Winning omens are there

Published : Oct 14, 2010 00:00 IST

Ryan Sidebottom... goodbye to international cricket.-AP
Ryan Sidebottom... goodbye to international cricket.-AP

Ryan Sidebottom... goodbye to international cricket.-AP

It is time for a change at the top of the international cricket league and why not now, asks Ted Corbett.

At the end of a summer of six series, all won by England, of 10,000 media-inspired storms all a loss to cricket's good name; when the game still could not decide if it wanted hi-tech aid for the umpires or was happy to bumble along in the same old way; and, sadly, to a constant rumbling of discontent on all sides, only one question remains to be settled.

Can Andy and Andrew — Flower the glum coach and Strauss the ever-smiling captain — lead the 16-man squad to a victory Down Under so convincingly that by the time the World Cup begins in India the rest of the world is willing to acknowledge the long Australia reign is at an end?

The winning omens are there, the players claim they are united and they proved in the most acrimonious series that they can ignore all the nastiness flying around them to succeed both by wide margins and in the manner of champions.

That was in the gentle north-west European climate; Australia, the wide baked land, is different.

In the mind of many England cricketers a visit to broiling Australia is akin to a trip to Hades where every man's hand is against you; where the foes are all a foot taller, where the ball screams down the pitch from Aussie hands at the speed of light and rushes off an Australian bat to the boundary as fast as a super car.

Once in Oz, the first “G'day”, the opening wisecrack from a Customs man or taxi driver — “Do you guys reckon you can escape defeat in any of the five Tests?” — and the sight of Merv Hughes among the welcome party has been known to double the apprehension.

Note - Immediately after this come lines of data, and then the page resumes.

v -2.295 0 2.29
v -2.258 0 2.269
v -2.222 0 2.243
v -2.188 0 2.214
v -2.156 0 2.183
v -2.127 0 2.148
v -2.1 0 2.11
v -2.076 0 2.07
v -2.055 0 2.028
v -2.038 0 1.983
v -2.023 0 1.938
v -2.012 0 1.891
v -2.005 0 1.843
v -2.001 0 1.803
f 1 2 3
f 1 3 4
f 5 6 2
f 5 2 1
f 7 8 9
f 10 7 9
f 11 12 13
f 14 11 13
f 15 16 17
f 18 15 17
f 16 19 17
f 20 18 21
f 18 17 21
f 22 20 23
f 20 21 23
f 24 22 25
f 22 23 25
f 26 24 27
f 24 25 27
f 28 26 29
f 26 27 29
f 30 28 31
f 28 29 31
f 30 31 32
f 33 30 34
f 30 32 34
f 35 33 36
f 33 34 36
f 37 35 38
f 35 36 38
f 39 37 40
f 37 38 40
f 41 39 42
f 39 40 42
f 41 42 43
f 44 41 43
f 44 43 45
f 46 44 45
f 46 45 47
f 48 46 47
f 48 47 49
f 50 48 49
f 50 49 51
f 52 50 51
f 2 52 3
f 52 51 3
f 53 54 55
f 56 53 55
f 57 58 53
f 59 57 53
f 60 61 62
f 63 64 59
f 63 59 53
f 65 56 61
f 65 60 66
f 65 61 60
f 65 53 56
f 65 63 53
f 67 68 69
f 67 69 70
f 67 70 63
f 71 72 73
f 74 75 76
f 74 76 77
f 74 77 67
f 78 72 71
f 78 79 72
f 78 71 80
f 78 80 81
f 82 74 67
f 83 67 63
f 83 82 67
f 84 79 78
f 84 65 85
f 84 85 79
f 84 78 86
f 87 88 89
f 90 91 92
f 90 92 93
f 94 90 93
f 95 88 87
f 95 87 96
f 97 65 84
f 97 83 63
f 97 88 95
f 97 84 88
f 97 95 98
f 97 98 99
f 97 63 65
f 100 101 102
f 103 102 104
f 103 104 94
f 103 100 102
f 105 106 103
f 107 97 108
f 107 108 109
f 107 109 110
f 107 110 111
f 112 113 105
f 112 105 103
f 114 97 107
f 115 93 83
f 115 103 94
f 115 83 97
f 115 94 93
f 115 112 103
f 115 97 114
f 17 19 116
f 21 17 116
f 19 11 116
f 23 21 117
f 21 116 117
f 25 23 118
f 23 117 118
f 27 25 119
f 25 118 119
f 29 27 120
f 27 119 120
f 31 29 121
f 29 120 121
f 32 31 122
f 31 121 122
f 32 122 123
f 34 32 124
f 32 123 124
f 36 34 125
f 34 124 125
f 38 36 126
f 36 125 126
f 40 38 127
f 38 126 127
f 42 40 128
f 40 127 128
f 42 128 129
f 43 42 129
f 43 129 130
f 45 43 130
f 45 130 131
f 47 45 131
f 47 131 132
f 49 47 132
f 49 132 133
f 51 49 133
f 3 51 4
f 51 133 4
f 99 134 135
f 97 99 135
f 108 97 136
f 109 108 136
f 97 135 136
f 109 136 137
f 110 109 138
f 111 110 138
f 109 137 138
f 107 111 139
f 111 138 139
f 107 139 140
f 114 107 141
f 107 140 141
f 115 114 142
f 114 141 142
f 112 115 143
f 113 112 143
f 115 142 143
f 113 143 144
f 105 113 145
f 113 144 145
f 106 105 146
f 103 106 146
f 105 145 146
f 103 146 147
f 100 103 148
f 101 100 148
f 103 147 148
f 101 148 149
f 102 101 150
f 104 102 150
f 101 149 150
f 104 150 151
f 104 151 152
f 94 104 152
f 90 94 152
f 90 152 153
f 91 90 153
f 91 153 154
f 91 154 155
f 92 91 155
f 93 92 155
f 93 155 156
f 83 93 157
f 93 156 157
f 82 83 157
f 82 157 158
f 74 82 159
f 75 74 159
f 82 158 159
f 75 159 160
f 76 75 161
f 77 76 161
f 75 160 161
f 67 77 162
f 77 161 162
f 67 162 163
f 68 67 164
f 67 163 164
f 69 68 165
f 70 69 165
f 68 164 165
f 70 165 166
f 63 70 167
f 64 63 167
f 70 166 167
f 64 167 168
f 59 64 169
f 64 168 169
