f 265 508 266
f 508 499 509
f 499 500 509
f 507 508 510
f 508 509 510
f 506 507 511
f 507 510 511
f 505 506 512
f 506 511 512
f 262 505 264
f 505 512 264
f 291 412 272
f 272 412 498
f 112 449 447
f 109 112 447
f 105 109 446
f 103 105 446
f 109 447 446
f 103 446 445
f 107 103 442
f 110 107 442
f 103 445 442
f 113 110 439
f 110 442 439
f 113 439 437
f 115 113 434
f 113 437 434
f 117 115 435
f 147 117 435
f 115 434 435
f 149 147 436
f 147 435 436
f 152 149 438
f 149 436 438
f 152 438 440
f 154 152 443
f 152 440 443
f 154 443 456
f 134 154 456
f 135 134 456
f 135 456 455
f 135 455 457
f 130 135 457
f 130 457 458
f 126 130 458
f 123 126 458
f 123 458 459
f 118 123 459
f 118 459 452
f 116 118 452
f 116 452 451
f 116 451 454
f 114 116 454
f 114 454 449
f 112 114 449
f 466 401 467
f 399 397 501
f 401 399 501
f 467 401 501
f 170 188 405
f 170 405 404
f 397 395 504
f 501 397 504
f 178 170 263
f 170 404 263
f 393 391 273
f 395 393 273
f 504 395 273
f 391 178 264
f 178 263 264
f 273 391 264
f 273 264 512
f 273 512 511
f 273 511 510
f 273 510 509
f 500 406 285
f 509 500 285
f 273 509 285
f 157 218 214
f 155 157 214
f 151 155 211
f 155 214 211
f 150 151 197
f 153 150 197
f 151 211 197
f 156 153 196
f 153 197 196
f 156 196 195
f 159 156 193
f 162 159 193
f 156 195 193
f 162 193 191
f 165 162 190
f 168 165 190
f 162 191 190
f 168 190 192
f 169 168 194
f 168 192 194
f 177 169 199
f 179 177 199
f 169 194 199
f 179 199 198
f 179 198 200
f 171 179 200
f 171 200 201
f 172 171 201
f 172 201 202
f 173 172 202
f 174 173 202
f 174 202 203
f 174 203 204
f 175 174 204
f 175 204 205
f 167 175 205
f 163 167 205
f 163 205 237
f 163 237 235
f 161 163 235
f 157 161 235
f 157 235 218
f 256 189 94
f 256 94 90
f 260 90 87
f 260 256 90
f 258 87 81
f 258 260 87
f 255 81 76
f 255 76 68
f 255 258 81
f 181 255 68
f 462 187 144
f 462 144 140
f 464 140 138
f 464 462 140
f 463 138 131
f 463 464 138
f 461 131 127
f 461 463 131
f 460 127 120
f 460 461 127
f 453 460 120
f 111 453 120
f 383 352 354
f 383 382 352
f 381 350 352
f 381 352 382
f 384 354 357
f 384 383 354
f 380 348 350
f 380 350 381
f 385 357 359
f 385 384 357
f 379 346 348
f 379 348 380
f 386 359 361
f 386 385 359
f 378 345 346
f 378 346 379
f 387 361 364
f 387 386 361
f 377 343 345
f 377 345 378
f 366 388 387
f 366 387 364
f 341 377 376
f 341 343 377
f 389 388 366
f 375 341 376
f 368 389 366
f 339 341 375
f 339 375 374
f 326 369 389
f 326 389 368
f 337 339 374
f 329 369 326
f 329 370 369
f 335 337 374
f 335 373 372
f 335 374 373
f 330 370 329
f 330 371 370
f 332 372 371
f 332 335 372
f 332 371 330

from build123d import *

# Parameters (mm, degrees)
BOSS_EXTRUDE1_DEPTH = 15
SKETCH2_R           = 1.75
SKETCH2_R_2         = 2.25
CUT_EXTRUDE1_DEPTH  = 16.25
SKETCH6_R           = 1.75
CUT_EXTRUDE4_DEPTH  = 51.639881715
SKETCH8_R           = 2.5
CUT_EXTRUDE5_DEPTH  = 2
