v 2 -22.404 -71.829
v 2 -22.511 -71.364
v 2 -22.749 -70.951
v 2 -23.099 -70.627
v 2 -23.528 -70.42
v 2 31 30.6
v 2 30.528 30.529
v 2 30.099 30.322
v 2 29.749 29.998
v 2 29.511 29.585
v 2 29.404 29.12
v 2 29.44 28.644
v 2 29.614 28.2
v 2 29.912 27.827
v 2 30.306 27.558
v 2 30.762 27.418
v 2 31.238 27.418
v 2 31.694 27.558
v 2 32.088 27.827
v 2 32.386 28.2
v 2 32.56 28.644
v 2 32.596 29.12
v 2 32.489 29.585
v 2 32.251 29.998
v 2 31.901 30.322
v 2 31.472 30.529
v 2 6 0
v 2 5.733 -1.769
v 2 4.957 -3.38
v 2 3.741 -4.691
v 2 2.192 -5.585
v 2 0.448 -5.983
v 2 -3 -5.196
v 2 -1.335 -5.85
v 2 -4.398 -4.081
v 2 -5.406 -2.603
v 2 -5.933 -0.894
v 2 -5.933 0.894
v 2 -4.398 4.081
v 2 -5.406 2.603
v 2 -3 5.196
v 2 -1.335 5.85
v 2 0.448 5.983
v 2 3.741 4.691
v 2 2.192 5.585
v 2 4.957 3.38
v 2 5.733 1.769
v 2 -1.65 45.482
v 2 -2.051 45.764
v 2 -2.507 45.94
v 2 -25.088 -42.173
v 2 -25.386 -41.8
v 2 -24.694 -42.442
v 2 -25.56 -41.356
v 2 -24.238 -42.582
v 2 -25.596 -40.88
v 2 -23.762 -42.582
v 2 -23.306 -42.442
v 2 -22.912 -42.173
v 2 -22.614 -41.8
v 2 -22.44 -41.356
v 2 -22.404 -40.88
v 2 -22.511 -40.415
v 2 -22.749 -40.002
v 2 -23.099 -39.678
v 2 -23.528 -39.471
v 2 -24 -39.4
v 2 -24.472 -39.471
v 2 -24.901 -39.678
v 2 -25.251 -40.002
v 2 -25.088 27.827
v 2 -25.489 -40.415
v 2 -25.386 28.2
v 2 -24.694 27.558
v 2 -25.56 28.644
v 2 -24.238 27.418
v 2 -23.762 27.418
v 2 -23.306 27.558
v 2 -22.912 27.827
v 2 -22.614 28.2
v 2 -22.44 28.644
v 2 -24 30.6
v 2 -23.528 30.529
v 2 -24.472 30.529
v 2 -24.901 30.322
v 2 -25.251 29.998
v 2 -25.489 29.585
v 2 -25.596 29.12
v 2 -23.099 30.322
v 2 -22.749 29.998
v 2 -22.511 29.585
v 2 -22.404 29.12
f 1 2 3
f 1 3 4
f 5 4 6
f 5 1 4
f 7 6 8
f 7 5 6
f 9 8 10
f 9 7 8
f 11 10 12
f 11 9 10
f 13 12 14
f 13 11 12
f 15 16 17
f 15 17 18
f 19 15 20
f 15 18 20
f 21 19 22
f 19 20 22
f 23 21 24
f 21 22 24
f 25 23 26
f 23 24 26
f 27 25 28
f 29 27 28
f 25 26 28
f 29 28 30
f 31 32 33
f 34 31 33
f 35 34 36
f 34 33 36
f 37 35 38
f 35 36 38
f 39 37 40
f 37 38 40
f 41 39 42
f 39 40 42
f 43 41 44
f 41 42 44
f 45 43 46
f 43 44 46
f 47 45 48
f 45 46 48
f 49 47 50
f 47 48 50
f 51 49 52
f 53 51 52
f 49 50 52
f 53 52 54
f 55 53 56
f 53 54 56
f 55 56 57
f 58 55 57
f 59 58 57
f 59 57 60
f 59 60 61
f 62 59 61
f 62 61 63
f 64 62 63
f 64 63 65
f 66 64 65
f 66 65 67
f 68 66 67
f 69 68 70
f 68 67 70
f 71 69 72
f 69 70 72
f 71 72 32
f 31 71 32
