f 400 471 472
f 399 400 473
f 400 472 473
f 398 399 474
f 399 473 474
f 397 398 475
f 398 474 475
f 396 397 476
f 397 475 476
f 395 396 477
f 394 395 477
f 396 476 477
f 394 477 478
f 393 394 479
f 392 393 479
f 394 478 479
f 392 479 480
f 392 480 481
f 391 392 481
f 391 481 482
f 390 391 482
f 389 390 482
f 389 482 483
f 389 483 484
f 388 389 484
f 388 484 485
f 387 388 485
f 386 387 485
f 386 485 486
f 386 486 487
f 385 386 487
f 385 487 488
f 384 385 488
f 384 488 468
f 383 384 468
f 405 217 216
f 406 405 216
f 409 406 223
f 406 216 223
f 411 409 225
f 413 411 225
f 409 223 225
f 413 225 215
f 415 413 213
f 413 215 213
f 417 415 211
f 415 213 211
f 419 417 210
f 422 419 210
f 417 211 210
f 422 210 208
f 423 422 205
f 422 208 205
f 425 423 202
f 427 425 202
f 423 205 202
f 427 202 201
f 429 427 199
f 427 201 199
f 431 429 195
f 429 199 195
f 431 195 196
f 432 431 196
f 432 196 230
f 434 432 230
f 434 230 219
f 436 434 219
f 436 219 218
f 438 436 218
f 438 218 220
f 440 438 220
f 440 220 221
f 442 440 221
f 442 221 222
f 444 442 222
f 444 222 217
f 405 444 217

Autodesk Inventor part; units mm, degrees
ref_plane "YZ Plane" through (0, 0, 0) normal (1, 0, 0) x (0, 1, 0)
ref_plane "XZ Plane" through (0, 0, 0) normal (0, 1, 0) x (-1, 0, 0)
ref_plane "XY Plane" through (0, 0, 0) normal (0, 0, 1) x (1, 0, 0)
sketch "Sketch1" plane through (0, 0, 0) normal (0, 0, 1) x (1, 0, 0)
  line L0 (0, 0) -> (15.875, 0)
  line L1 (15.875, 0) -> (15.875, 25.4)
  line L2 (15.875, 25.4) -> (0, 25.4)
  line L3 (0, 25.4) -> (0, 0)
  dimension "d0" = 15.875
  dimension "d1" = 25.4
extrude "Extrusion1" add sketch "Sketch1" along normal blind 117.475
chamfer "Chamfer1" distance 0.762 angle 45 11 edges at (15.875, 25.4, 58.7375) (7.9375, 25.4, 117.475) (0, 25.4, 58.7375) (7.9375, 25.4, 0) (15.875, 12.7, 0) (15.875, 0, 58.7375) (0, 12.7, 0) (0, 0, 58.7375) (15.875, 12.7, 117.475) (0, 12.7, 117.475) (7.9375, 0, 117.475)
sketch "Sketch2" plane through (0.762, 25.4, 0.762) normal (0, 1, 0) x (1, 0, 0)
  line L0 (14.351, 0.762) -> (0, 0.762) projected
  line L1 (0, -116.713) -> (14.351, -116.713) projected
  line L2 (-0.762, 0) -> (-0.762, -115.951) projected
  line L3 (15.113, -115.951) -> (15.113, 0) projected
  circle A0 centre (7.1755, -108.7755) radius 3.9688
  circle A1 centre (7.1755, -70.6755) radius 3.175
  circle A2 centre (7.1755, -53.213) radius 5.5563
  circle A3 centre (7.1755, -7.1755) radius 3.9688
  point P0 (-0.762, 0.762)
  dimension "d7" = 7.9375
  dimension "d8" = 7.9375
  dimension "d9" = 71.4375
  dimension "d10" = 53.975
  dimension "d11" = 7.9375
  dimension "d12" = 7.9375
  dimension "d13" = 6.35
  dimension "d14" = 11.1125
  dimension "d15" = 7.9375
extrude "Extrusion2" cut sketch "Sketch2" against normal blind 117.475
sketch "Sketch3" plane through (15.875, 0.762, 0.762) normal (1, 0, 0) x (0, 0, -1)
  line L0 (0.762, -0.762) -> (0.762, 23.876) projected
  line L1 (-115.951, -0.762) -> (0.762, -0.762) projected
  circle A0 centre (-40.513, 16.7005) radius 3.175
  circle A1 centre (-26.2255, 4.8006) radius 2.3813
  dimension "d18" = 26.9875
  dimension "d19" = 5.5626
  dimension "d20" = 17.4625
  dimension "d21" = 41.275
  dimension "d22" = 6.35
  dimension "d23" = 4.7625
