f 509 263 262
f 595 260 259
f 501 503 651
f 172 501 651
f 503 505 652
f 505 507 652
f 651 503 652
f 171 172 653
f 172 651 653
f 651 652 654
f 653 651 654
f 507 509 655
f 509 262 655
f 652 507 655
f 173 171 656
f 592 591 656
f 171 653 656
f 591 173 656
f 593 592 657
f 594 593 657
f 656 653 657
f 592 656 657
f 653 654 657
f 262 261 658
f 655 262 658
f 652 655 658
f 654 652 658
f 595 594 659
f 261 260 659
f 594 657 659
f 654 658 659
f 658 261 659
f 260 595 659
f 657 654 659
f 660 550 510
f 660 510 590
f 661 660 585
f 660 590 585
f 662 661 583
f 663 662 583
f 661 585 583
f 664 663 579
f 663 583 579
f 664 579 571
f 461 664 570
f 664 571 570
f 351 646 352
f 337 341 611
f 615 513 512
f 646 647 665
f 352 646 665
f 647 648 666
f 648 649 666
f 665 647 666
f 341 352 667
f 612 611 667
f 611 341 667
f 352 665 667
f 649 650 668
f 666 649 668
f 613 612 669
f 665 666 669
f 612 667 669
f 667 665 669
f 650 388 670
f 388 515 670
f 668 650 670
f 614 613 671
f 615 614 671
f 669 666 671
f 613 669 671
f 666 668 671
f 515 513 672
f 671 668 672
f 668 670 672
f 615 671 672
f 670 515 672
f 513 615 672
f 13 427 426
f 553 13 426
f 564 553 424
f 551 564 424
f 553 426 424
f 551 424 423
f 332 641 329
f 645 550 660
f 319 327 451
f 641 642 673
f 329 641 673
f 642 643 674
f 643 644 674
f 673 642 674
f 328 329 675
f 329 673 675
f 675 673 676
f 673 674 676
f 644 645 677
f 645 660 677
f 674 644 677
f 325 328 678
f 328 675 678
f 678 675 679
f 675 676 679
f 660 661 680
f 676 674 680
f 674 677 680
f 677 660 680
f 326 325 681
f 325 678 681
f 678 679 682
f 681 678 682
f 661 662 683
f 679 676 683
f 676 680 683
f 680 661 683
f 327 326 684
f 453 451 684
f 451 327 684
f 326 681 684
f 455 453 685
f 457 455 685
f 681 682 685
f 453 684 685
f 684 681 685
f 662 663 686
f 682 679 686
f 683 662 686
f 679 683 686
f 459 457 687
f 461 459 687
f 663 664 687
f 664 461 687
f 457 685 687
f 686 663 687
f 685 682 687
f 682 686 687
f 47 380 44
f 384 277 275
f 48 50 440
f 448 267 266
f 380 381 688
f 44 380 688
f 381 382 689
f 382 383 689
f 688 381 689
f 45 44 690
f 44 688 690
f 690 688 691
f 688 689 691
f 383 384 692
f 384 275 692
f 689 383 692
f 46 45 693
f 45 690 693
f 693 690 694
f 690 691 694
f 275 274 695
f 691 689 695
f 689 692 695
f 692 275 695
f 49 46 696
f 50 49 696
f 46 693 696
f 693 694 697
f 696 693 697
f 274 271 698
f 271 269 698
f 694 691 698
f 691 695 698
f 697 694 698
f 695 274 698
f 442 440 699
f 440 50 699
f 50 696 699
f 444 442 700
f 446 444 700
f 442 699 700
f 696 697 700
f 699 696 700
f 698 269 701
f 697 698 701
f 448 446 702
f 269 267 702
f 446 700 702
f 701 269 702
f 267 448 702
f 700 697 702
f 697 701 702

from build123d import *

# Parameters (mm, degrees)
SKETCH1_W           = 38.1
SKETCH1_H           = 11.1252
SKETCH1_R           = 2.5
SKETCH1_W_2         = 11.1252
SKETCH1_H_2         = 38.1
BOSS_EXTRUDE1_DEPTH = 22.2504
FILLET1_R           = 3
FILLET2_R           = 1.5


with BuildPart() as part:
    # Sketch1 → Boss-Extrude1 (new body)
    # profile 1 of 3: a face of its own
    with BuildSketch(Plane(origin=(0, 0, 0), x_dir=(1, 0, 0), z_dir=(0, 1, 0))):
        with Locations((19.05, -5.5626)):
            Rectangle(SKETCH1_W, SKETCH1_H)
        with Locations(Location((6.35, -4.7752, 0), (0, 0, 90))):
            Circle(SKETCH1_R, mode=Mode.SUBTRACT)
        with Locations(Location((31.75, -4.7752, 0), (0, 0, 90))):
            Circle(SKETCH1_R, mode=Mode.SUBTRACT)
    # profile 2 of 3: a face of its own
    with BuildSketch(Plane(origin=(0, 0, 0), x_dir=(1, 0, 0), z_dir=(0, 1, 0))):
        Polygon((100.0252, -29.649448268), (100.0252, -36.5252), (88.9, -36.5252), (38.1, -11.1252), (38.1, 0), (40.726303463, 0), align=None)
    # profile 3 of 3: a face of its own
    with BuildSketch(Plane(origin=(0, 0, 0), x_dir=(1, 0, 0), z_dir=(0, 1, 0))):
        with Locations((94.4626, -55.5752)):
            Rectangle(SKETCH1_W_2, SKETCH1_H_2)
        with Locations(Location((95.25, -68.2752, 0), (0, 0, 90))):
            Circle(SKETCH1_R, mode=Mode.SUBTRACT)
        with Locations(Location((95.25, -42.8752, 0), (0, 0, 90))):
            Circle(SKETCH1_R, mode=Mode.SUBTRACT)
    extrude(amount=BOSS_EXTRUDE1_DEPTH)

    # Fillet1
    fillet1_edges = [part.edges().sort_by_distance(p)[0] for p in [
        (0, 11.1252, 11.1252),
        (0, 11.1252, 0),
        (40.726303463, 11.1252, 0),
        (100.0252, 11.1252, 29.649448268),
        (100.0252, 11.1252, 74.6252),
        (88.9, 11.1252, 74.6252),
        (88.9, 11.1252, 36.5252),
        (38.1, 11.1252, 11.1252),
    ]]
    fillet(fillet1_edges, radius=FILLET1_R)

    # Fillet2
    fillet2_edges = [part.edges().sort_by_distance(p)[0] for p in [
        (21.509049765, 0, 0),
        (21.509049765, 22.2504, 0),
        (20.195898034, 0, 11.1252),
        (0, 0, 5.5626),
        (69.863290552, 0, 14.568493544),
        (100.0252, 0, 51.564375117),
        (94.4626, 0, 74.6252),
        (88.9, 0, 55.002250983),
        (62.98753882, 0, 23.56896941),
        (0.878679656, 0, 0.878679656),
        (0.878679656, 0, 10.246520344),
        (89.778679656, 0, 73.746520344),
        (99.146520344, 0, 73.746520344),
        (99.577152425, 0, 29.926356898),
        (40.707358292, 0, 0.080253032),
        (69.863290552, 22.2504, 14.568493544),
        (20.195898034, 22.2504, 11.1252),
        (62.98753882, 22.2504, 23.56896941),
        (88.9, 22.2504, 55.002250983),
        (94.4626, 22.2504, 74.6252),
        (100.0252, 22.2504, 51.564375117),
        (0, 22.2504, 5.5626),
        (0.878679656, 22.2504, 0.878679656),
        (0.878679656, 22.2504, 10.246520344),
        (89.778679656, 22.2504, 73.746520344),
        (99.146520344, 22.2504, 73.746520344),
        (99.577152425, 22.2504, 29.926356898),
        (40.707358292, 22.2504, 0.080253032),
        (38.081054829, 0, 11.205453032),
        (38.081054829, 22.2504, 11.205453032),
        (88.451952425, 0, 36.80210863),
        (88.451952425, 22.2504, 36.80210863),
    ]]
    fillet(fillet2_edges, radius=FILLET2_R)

I have yet to see a member of the tour party turn round and run back towards the aircraft but I remember one young batsman trembling from head to foot just before his first — brief — innings on Australian soil.

“Take it easy,” I said. “It's only Queensland Country XI.” He was too apprehensive to reply.

Two factors have changed. The old fashioned idea that tourists spread the game by playing in the Outback — on one occasion I had the honour to be violently sick as I left the tiny aircraft in remote South Australia at precisely the same moment as the England captain — is now considered as old-fashioned as batting without pads.

However, the England players seem to be built of steel rather than cardboard. Oh, don't worry, they still bleed if they are struck on the head by a Kookaburra but behind the bruise is a brain trained for battle.

You had to be a toughie to survive this summer, believe me.

What the most jingoistic English cricket writers forgot in their determination to damn Pakistan as double-dyed villains was that they are among the most talented cricketers in the universe.

It took considerable skill to keep them at bay and to do so with Kevin Pietersen out of sorts and finally out of the team, Ryan Sidebottom on the wrong side of a superb career and trouble identifying the right wicket-keeper from Matt Prior, Craig Kieswetter, James Foster and Stephen Davies showed just what a talented bunch represent England now.

There is a fault in the England team — the captain.

I reckon Strauss will receive a medal before he retires for his handling of the troubles that arose when a newspaper produced enough evidence to make the police investigate the bribery and corruption case.

Strauss is not a man who panics easily, he is patently honest and his ability to find the right words at the right time kept the lid on the problem.

His bucket loads of diplomacy cannot disguise the fact that tactically he is not even a lesser Michael Vaughan and when an unusual problem arises he often has to head for the pavilion.

You may have thought he was off to the Gents or to text his wife about his wishes for dinner but it is my guess that each time he walked into the pavilion he had the same question for Flower: “What am I supposed to do next?” He badly needs a living brain like Vaughan, Ashley Giles or Mike Brearley; instead he has to rely on his fellow born-in-South-Africa batsmen or another dash to the pavilion. It is a weakness but Strauss is not a stupid man and he will learn. Let us hope it is soon.

Otherwise England will have to rely on the dynamo that is Stuart Broad on pitches built for his athletic fast bowling, the cussedness that is Jonathon Trott at the crease — or the Lord's nets — and Graeme Swann, who threatens to out-bowl old timers like Jim Laker with nothing more than an off-break and a straight ball. He has no leg-to-off ball, only a few changes of pace and flight and don't even talk about a doosra. The very simplicity of his off-spin may be enough for a weaker Aussie team than we have seen since Mike Gatting's mighty pros won in 1986-87 and reduced Allan Border to full-time grumbling in the process.

Let's hope so anyway. It is time for a change at the top of the international cricket league and why not now?